Vergleich der Transfektionseffizienz und Anzahl von generierten stabilen Klonen durch Elektroporation zirkulärer und linearer DNA in eukaryotischen Zellen

Abstract

Ziel dieser Arbeit ist es, eine Aussage über die Transfektionseffizienz und die Anzahl von generierten stabilen Klonen durch Elektroporation mit zirkulärer und linearer DNA in CHO-Zellen zu treffen. Die Vermutung ist, dass die Effizienz bei der transienten Transfektion mit zirkulären Vektoren höher ist als bei der Transfektion mit linearen Vektoren. Dabei sollen CHO-K1-Zellen mit einem für GFP codierenden Gen transfiziert werden. Dazu werden zwei verschiedengroße Vektoren ausgewählt, ein kleiner Vektor mit 4731 bp (pEGFP-C1) und ein großer Vektor mit 8180 bp (pCMV-GFPlong). Als Transfektionsmethode wird die Elektroporation mit dem MaxCyte®-STX™-System gewählt. Aus den transfizierten Zellen sollen zusätzlich stabil-transfizierte Klone isoliert werden. Hier ist die Vermutung, dass die stabile Transfektion eine höhere Effizienz bei der Verwendung von linearen Vektoren hat als bei der Verwendung zirkulärer Vektoren [Oliveira et al., 2005]. Zur Verifizierung der Expression von GFP soll mit Hilfe der Fluoreszenzmikroskopie das rekombinante GFP nachgewiesen werden. Die Zellkernfärbung mit DAPI soll als Gegenfärbung eingesetzt werden. Es soll ermittelt werden, welchen Einfluss die Konformation und die Größe des zu transfizierenden Vektors auf die Effizienz der Transfektion hat. Eine weitere Aussage ist zu treffen, welchen Einfluss die verschiedenen Vektoren und deren Konformation auf die Viabilität der transient-transfizierten Zellen hat.

In this thesis, Chinese hamster ovary cells (CHO) were transfected with the gene for the expression of GFP. Two vectors of different sizes, a small one with 4731 bp (pEGFP-C1) and a large vector of 8180 bp (pCMV-GFPlong) were used.
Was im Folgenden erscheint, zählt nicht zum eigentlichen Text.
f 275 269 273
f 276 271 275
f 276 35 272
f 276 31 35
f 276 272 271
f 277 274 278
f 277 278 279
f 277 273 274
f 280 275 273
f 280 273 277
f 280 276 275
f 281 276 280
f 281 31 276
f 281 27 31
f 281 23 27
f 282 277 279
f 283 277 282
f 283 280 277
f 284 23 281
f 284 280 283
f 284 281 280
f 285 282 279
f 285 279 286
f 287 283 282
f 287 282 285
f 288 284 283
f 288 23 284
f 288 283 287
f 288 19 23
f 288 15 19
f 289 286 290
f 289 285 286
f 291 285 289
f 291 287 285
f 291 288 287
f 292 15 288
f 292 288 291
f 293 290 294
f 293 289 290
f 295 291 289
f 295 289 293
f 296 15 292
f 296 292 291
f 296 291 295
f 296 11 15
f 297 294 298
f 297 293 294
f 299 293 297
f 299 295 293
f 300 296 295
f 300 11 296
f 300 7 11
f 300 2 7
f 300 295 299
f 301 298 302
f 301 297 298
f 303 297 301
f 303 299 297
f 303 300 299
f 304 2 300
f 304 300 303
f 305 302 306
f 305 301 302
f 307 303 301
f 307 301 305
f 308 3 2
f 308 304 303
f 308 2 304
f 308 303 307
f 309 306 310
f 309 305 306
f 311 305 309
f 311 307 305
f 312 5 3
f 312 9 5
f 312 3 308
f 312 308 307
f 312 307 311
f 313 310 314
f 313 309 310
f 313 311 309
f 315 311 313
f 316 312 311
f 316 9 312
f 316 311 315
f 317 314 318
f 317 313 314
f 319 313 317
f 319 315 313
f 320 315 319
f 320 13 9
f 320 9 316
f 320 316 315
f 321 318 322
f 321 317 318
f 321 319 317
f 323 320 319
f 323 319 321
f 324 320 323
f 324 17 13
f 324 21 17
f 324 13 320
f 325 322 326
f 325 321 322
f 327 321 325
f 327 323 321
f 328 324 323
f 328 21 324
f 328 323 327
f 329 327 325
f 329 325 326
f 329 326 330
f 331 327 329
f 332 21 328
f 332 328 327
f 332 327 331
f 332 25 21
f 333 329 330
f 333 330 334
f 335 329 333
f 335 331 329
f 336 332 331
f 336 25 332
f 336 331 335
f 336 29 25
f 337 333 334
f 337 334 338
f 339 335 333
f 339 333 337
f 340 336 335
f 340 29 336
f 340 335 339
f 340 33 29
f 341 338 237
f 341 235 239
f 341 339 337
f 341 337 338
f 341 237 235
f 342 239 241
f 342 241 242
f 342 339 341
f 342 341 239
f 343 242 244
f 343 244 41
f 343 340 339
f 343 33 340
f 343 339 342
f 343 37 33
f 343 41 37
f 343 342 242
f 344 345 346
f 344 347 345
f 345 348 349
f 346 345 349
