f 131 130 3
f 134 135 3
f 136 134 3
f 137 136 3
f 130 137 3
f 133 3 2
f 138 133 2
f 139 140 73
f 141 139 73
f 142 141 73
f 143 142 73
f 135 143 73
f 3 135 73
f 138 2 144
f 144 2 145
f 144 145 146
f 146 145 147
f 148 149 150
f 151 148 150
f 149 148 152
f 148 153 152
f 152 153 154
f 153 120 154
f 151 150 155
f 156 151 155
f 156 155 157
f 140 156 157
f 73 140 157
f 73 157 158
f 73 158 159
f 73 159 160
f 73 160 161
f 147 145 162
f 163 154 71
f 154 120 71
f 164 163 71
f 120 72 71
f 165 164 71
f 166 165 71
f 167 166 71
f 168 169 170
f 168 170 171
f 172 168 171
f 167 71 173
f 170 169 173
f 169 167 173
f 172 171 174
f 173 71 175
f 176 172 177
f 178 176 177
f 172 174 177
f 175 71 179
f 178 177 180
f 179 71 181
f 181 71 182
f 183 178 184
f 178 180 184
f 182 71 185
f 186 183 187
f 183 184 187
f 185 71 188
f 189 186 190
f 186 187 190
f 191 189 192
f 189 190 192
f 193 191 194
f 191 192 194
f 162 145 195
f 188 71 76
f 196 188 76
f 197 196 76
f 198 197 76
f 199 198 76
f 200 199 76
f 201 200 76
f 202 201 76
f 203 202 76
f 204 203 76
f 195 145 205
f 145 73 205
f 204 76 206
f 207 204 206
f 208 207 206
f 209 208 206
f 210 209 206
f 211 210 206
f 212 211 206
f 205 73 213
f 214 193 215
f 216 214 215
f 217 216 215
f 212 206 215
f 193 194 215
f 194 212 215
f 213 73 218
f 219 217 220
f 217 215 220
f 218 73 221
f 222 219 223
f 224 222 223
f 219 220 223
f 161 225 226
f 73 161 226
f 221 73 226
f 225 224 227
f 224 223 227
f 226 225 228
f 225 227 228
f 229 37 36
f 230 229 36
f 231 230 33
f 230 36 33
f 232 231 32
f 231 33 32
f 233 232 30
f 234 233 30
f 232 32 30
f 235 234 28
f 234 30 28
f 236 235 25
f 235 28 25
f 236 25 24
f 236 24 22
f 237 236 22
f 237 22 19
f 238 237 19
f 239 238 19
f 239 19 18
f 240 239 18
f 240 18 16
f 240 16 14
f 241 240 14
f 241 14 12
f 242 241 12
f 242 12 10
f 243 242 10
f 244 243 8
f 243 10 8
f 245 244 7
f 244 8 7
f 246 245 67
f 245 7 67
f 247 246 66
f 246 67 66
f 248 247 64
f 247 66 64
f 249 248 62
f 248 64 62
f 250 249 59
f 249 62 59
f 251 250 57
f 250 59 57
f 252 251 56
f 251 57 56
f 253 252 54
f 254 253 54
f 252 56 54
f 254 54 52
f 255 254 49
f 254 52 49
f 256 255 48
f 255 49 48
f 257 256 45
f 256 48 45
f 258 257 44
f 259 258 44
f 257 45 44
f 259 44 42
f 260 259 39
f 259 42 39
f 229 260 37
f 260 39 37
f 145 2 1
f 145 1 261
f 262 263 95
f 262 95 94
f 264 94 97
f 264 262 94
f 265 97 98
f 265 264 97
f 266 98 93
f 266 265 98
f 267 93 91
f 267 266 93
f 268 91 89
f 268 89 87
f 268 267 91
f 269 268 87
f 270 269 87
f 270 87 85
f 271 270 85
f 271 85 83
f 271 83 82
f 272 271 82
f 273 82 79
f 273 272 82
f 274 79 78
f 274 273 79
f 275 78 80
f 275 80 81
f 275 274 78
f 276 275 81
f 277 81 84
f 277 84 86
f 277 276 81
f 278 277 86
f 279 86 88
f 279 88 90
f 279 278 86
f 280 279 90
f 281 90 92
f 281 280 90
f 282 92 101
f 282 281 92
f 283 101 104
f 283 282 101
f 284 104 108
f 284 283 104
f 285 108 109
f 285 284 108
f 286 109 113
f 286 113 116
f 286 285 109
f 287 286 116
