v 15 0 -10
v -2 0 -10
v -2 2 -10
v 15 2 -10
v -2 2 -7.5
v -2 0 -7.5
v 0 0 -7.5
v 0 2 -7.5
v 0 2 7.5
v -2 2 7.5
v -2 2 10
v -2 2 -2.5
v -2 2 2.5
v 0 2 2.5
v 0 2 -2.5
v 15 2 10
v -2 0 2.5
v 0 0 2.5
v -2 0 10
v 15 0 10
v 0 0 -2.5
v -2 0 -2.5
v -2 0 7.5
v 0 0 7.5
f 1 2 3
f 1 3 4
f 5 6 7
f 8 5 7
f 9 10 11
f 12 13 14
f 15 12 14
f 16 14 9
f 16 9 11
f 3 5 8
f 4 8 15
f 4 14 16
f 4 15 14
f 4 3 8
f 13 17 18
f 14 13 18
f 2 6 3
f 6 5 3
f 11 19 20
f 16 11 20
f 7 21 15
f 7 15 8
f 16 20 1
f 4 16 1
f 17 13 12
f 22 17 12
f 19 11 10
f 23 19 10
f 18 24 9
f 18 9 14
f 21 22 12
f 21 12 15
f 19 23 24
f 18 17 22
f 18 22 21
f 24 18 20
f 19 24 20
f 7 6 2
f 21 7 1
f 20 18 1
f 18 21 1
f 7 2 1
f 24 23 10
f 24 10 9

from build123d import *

# Parameters (mm, degrees)
SKETCH1_W           = 30
SKETCH1_H           = 20
SKETCH1_W_2         = 2
SKETCH1_H_2         = 5
BOSS_EXTRUDE1_DEPTH = 2
SKETCH2_R           = 1.5
CUT_EXTRUDE1_DEPTH  = 10
SKETCH3_W           = 13
SKETCH3_H           = 20
CUT_EXTRUDE2_DEPTH  = 10


with BuildPart() as part:
    # Sketch1 → Boss-Extrude1 (new body)
    with BuildSketch(Plane(origin=(0, 0, 0), x_dir=(1, 0, 0), z_dir=(0, 1, 0))):
        Rectangle(SKETCH1_W, SKETCH1_H)
        with Locations((-1, 5)):
            Rectangle(SKETCH1_W_2, SKETCH1_H_2, mode=Mode.SUBTRACT)
        with Locations((-1, -5)):
            Rectangle(SKETCH1_W_2, SKETCH1_H_2, mode=Mode.SUBTRACT)
    extrude(amount=BOSS_EXTRUDE1_DEPTH)

    # Sketch2 → Cut-Extrude1 (cut)
    with BuildSketch(Plane(origin=(0, 2, 0), x_dir=(1, 0, 0), z_dir=(0, 1, 0))):
        with Locations(Location((-10, 5, 0), (0, 0, 270))):
            Circle(SKETCH2_R)
        with Locations(Location((-10, -5, 0), (0, 0, 270))):
            Circle(SKETCH2_R)
    extrude(amount=-CUT_EXTRUDE1_DEPTH, mode=Mode.SUBTRACT)

    # Sketch3 → Cut-Extrude2 (cut)
    with BuildSketch(Plane(origin=(0, 2, 0), x_dir=(1, 0, 0), z_dir=(0, 1, 0))):
        with Locations((-8.5, 0)):
            Rectangle(SKETCH3_W, SKETCH3_H)
    extrude(amount=-CUT_EXTRUDE2_DEPTH, mode=Mode.SUBTRACT)


solid = part.part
The electroporation with the MaxCyte®-STX™-system was selected as transfection-method. GFP-expression was verified by fluorescence microscopy. The influence of the conformation and size of the vectors on the efficiency of the transient transfection as well as on the generation of stable clones was investigated. For transient transfections the viability of the cells as well as the efficiency was examined. For stable clones it was focused on the overall amount of clones and also on the number of positive clones and the homogeneity of GFP expression. Results have shown, that the efficiency of the transient transfection was about 85 %, which is slightly below the value the company MaxCyte® claims in their product discription. The viability of the transfected cells was higher than the expected value of 90 %. Furthermore the data reveals, that the size of the vectors had a higher influence on the transfection-efficiency than the conformation of the vectors. The investigation of the generated stable clones showed, that the transfection of both vectors in circular conformation resulted in 25 % homogenous clones. The linear conformation resulted in of 18 % homogenous clones. These data indicates that the conformation of the vectors has a higher influence on generating of stabile and homogenously expressing cells than the size of the vectors.